Sounds like a good place to me!


----------



## cliffordcatt (Mar 16, 2010)

i will take a look, i would love to get more cat trees cause im sure my babies will love them


----------



## cliffordcatt (Mar 16, 2010)

i probly wont buy one now, im waiting till i get mind on tuesday


----------



## cliffordcatt (Mar 16, 2010)

Come to find out, the person selling me the tree already sold it, even though I said I was picking it up tuesday. :evil: 

oh well I will have to look elsewhere


----------



## cliffordcatt (Mar 16, 2010)

I will.


----------



## NRD (Mar 31, 2010)

I second and third buying Armarkat trees. I've gotten the 6 foot and the 5 foot, faux fur and carpet, and they are really sturdy, with sisal posts and solid perches. And pretty good values for the quality. No free shipping on Amazon, but good prices. My cats use them every day, for play and for sleeping.


----------



## Auntie Crazy (Dec 10, 2006)

I'll throw another Amarkat recommendation out there. I went from 3 to 8 cats, but the cat trees I have are still standing and still taking the abuse. 

Here's my living room:









And a closer look at a couple of the trees in use:








(I don't know why and Rachel isn't talking)


----------



## china_cat84 (Apr 27, 2010)

Tasteofink said:


> Come to find out, the person selling me the tree already sold it, even though I said I was picking it up tuesday. :evil:
> 
> oh well I will have to look elsewhere


UGH! I HATE when people do that - so annoying. I've had people do that to me too. 

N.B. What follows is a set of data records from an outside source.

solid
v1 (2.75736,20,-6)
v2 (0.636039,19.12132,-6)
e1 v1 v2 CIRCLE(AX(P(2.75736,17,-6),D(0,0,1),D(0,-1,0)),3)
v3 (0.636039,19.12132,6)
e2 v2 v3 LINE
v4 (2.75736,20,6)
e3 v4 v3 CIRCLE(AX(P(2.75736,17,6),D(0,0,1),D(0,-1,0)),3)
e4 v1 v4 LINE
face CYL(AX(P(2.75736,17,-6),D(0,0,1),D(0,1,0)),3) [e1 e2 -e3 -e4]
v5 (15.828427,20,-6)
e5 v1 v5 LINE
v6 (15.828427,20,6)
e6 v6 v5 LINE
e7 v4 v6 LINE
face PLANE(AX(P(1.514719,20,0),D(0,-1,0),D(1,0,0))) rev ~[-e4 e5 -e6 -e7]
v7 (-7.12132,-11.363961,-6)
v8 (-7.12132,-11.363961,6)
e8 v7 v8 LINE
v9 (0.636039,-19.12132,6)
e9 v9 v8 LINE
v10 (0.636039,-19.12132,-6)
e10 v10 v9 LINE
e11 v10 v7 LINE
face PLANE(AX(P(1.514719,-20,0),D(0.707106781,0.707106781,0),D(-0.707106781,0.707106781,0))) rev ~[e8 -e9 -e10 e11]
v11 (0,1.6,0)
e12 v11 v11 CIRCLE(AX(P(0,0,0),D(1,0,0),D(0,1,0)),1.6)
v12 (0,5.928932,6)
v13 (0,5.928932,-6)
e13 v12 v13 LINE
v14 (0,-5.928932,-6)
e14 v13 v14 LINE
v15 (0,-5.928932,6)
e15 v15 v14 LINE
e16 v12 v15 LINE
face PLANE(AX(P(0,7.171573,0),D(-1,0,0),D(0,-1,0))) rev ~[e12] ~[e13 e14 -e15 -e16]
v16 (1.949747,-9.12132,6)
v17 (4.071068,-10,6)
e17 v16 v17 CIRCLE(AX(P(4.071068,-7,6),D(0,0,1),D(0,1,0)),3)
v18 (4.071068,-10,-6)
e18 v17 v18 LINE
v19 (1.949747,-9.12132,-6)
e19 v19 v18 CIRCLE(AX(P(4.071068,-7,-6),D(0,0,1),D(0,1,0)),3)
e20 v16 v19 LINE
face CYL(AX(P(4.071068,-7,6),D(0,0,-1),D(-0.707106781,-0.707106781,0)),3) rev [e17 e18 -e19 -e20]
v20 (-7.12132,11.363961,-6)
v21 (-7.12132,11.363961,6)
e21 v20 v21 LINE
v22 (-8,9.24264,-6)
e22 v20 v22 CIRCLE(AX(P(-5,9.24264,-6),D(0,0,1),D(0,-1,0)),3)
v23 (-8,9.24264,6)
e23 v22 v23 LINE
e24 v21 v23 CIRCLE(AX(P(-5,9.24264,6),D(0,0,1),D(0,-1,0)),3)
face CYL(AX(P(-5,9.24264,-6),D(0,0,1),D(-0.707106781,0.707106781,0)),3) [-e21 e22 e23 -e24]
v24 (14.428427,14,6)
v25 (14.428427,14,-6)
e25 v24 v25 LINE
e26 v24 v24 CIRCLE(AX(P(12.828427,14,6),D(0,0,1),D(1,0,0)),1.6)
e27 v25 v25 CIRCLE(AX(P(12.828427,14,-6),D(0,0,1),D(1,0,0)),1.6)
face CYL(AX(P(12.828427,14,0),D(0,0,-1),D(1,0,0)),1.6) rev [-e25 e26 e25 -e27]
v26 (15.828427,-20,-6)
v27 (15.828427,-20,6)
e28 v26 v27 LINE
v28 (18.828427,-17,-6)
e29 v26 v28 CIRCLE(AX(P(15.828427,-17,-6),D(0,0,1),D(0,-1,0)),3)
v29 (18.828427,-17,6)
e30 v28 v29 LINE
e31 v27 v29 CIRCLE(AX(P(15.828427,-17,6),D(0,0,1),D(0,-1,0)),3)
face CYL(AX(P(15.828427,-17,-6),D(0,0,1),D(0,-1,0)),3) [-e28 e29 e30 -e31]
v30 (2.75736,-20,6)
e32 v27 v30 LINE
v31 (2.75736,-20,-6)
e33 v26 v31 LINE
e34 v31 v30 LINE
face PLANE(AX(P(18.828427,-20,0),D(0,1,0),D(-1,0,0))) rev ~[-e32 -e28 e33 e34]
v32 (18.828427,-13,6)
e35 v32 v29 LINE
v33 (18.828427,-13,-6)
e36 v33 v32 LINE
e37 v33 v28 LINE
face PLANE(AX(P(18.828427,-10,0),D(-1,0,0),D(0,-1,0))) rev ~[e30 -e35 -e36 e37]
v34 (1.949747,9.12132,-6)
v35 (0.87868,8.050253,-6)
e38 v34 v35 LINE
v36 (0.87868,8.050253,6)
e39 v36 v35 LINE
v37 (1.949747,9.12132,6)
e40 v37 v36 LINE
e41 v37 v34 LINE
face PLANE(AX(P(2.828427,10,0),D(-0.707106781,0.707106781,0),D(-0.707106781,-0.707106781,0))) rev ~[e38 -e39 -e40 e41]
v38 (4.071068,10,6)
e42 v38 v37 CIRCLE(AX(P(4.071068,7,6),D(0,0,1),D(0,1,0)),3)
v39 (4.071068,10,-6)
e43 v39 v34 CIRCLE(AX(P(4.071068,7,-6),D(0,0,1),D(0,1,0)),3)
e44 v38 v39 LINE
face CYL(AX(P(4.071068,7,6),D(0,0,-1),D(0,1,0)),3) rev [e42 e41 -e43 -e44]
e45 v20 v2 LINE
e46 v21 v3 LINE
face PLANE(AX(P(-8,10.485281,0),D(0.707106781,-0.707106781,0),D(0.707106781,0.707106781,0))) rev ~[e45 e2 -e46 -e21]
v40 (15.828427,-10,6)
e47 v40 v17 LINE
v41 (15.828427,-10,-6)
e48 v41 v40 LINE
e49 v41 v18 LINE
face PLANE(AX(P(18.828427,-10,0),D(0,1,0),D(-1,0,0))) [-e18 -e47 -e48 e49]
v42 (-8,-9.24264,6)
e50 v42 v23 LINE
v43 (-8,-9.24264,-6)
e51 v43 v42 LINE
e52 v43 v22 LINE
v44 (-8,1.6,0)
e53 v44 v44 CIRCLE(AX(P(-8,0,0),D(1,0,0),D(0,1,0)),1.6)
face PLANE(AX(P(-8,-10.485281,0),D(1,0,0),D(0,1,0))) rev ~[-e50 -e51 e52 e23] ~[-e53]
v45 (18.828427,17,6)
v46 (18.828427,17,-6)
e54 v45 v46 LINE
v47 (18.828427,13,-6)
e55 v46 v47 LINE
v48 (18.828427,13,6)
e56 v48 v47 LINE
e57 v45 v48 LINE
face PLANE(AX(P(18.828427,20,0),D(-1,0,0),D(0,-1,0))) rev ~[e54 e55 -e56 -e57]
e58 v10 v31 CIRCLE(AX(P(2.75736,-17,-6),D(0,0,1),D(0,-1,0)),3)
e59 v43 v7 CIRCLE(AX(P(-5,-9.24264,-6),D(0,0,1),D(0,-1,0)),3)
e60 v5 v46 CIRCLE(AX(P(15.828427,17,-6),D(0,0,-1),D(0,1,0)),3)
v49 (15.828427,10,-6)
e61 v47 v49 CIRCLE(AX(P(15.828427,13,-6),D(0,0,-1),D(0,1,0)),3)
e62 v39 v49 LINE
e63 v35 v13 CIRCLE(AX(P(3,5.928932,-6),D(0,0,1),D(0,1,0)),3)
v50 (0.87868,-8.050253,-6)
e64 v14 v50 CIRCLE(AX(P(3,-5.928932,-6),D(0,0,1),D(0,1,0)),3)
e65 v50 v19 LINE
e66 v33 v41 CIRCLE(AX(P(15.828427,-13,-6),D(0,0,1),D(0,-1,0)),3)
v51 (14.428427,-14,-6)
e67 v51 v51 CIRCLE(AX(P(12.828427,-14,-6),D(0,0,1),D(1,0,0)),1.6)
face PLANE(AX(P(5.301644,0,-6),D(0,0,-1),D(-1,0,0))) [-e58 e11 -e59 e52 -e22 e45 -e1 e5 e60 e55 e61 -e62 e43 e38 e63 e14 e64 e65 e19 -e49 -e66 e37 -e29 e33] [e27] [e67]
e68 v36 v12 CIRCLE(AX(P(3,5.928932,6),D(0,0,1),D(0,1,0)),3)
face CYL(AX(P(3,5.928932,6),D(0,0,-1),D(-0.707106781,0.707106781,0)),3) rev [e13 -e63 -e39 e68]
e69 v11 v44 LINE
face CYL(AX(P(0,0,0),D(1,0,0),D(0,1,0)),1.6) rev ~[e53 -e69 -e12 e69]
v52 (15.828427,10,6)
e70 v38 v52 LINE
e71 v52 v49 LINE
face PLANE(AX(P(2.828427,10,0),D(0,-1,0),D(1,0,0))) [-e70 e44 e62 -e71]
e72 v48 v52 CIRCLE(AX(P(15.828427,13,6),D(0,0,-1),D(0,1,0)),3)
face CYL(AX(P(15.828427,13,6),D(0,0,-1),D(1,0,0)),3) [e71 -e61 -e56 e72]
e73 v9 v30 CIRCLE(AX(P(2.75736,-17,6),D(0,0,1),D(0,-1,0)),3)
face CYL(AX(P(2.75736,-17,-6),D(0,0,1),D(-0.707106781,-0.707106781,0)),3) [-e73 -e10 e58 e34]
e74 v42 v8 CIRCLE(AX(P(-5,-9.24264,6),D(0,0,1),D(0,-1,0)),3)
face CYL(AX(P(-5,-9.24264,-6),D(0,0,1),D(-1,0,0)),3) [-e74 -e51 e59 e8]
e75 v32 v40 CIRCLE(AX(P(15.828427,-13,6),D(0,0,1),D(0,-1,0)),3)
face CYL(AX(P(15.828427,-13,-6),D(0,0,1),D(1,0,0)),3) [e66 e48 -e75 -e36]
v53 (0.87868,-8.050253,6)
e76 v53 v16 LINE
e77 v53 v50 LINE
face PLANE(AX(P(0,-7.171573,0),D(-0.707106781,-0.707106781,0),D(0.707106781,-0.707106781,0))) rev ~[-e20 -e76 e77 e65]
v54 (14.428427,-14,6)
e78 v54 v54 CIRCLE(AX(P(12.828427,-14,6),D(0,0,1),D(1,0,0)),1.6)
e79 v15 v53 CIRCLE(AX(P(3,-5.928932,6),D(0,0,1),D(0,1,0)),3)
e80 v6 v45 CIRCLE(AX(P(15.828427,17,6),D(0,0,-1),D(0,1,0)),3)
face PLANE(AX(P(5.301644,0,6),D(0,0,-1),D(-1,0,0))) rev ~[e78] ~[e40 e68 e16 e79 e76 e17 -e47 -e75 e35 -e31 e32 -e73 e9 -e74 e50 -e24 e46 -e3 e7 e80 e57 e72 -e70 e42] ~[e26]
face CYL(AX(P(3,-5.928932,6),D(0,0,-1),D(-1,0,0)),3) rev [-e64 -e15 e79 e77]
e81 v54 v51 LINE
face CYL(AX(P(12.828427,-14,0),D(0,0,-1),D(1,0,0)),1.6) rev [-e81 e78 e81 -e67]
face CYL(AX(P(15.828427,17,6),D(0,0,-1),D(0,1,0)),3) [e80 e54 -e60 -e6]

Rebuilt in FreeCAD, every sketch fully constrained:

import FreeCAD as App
import Part
import Sketcher

V = App.Vector


def edges_at(feature, points):
    """Names of the edges that pass closest to the given points."""
    edges = feature.Shape.Edges
    near = lambda p: min(range(len(edges)), key=lambda i: edges[i].distToShape(Part.Vertex(*p))[0])
    return sorted({f"Edge{near(p) + 1}" for p in points})


def add_polygon(sketch, points):
    """Adds a closed chain of lines whose ends are joined by coincident constraints."""
    first, n = sketch.GeometryCount, len(points)
    for a, b in zip(points, points[1:] + points[:1]):
        sketch.addGeometry(Part.LineSegment(App.Vector(*a, 0), App.Vector(*b, 0)), False)
    for i in range(n):
        sketch.addConstraint(Sketcher.Constraint("Coincident", first + i, 2, first + (i + 1) % n, 1))

doc = App.newDocument("Part")
body = doc.addObject("PartDesign::Body", "Body")

# Sketch on XY plane
sketch1 = body.newObject("Sketcher::SketchObject", "Sketch")
sketch1.AttachmentSupport = (doc.getObject("XY_Plane"), [""])
sketch1.MapMode = "FlatFace"
add_polygon(sketch1, [(18.8, 20), (1.5, 20), (-8, 10.5), (-8, -10.5), (1.5, -20), (18.8, -20), (18.8, -10), (2.8, -10), (0, -7.2), (0, 7.2), (2.8, 10), (18.8, 10)])  # lines 0-11
sketch1.addGeometry(Part.Circle(V(12.8, -14, 0), V(0, 0, 1), 1.6), False)  # 12
sketch1.addGeometry(Part.Circle(V(12.8, 14, 0), V(0, 0, 1), 1.6), False)  # 13
sketch1.addConstraint(Sketcher.Constraint("Horizontal", 0))
sketch1.addConstraint(Sketcher.Constraint("Vertical", 2))
sketch1.addConstraint(Sketcher.Constraint("Horizontal", 4))
sketch1.addConstraint(Sketcher.Constraint("Vertical", 5))
sketch1.addConstraint(Sketcher.Constraint("Horizontal", 6))
sketch1.addConstraint(Sketcher.Constraint("Vertical", 8))
sketch1.addConstraint(Sketcher.Constraint("Horizontal", 10))
sketch1.addConstraint(Sketcher.Constraint("Vertical", 11))
sketch1.addConstraint(Sketcher.Constraint("Equal", 12, 13))
sketch1.addConstraint(Sketcher.Constraint("Symmetric", 7, 2, 8, 2, -1, 1))
sketch1.addConstraint(Sketcher.Constraint("Symmetric", 12, 3, 13, 3, -1))
sketch1.addConstraint(Sketcher.Constraint("Symmetric", 0, 2, 3, 2, -1))
sketch1.addConstraint(Sketcher.Constraint("Symmetric", 6, 2, 9, 2, -1))
sketch1.addConstraint(Sketcher.Constraint("Perpendicular", 1, 3))
sketch1.addConstraint(Sketcher.Constraint("Parallel", 3, 7))
sketch1.addConstraint(Sketcher.Constraint("Perpendicular", 7, 9))
sketch1.addConstraint(Sketcher.Constraint("Vertical", 5, 2, 10, 2))
sketch1.addConstraint(Sketcher.Constraint("Diameter", 12, 3.2))
sketch1.addConstraint(Sketcher.Constraint("DistanceX", 6, 2, 6, 1, 16.0))
sketch1.addConstraint(Sketcher.Constraint("DistanceY", 5, 1, 5, 2, 10.0))
sketch1.addConstraint(Sketcher.Constraint("Distance", 7, 4.0))
sketch1.addConstraint(Sketcher.Constraint("DistanceY", 12, 3, -1, 1, 14.0))
sketch1.addConstraint(Sketcher.Constraint("DistanceY", -1, 1, 0, 2, 20.0))
sketch1.addConstraint(Sketcher.Constraint("DistanceX", 1, 2, -1, 1, 8.0))
sketch1.addConstraint(Sketcher.Constraint("DistanceX", 12, 3, 4, 2, 6.0))
sketch1.addConstraint(Sketcher.Constraint("DistanceX", 0, 2, 0, 1, 17.313708))
pad1 = body.newObject("PartDesign::Pad", "Pad")
pad1.Profile = sketch1
pad1.Length = 12
pad1.Midplane = True

# Sketch on YZ plane
sketch2 = body.newObject("Sketcher::SketchObject", "Sketch001")
sketch2.AttachmentSupport = (doc.getObject("YZ_Plane"), [""])
sketch2.MapMode = "FlatFace"
sketch2.addGeometry(Part.Circle(V(0, 0, 0), V(0, 0, 1), 1.6), False)
sketch2.addConstraint(Sketcher.Constraint("Coincident", 0, 3, -1, 1))
sketch2.addConstraint(Sketcher.Constraint("Diameter", 0, 3.2))
pocket1 = body.newObject("PartDesign::Pocket", "Pocket")
pocket1.Profile = sketch2
pocket1.Type = "ThroughAll"
doc.recompute()

fillet = body.newObject("PartDesign::Fillet", "Fillet")
fillet.Base = (pocket1, edges_at(pocket1, [
    (18.828, -20, 0),
    (18.828, -10, 0),
    (18.828, 10, 0),
    (18.828, 20, 0),
    (1.515, -20, 0),
    (-8, -10.485, 0),
    (-8, 10.485, 0),
    (1.515, 20, 0),
    (2.828, 10, 0),
    (0, 7.172, 0),
    (0, -7.172, 0),
    (2.828, -10, 0),
]))
fillet.Radius = 3

doc.recompute()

Amarkat is great. If you don't have the money for one right now, you can also try ebay. My SIL bought a 6ft Amarkat tree on there last year for $60 and it was barely used - the person's cat didn't like it, I guess. Always worth a look!


----------



## OctoberinMaine (Sep 12, 2006)

I agree, Craig's List can be a real exercise in frustration. You have to assume you're going to have about 3 false starts before you actually buy or sell something.

I'm another Armarkat fan. You can't beat the price and they're good trees. I bet your kitties will love it!


----------



## cliffordcatt (Mar 16, 2010)

got a deal off craigslist!     


it actually worked!


----------



## cam3r0n (May 6, 2010)

You get better results if you get a proper cat tree made from natural materials, the cats find it more natural to climb them. Check out Run Cat Run!


----------



## Tiger71 (May 11, 2010)

Auntie Crazy, I love your living room!! 

The odd thing is the styling on your ceiling caught my eye..


----------



## cliffordcatt (Mar 16, 2010)

love that tree


----------



## MopyDream44 (May 10, 2010)

does armarkat have free shipping? If not how much does it cost to ship a small tree?


----------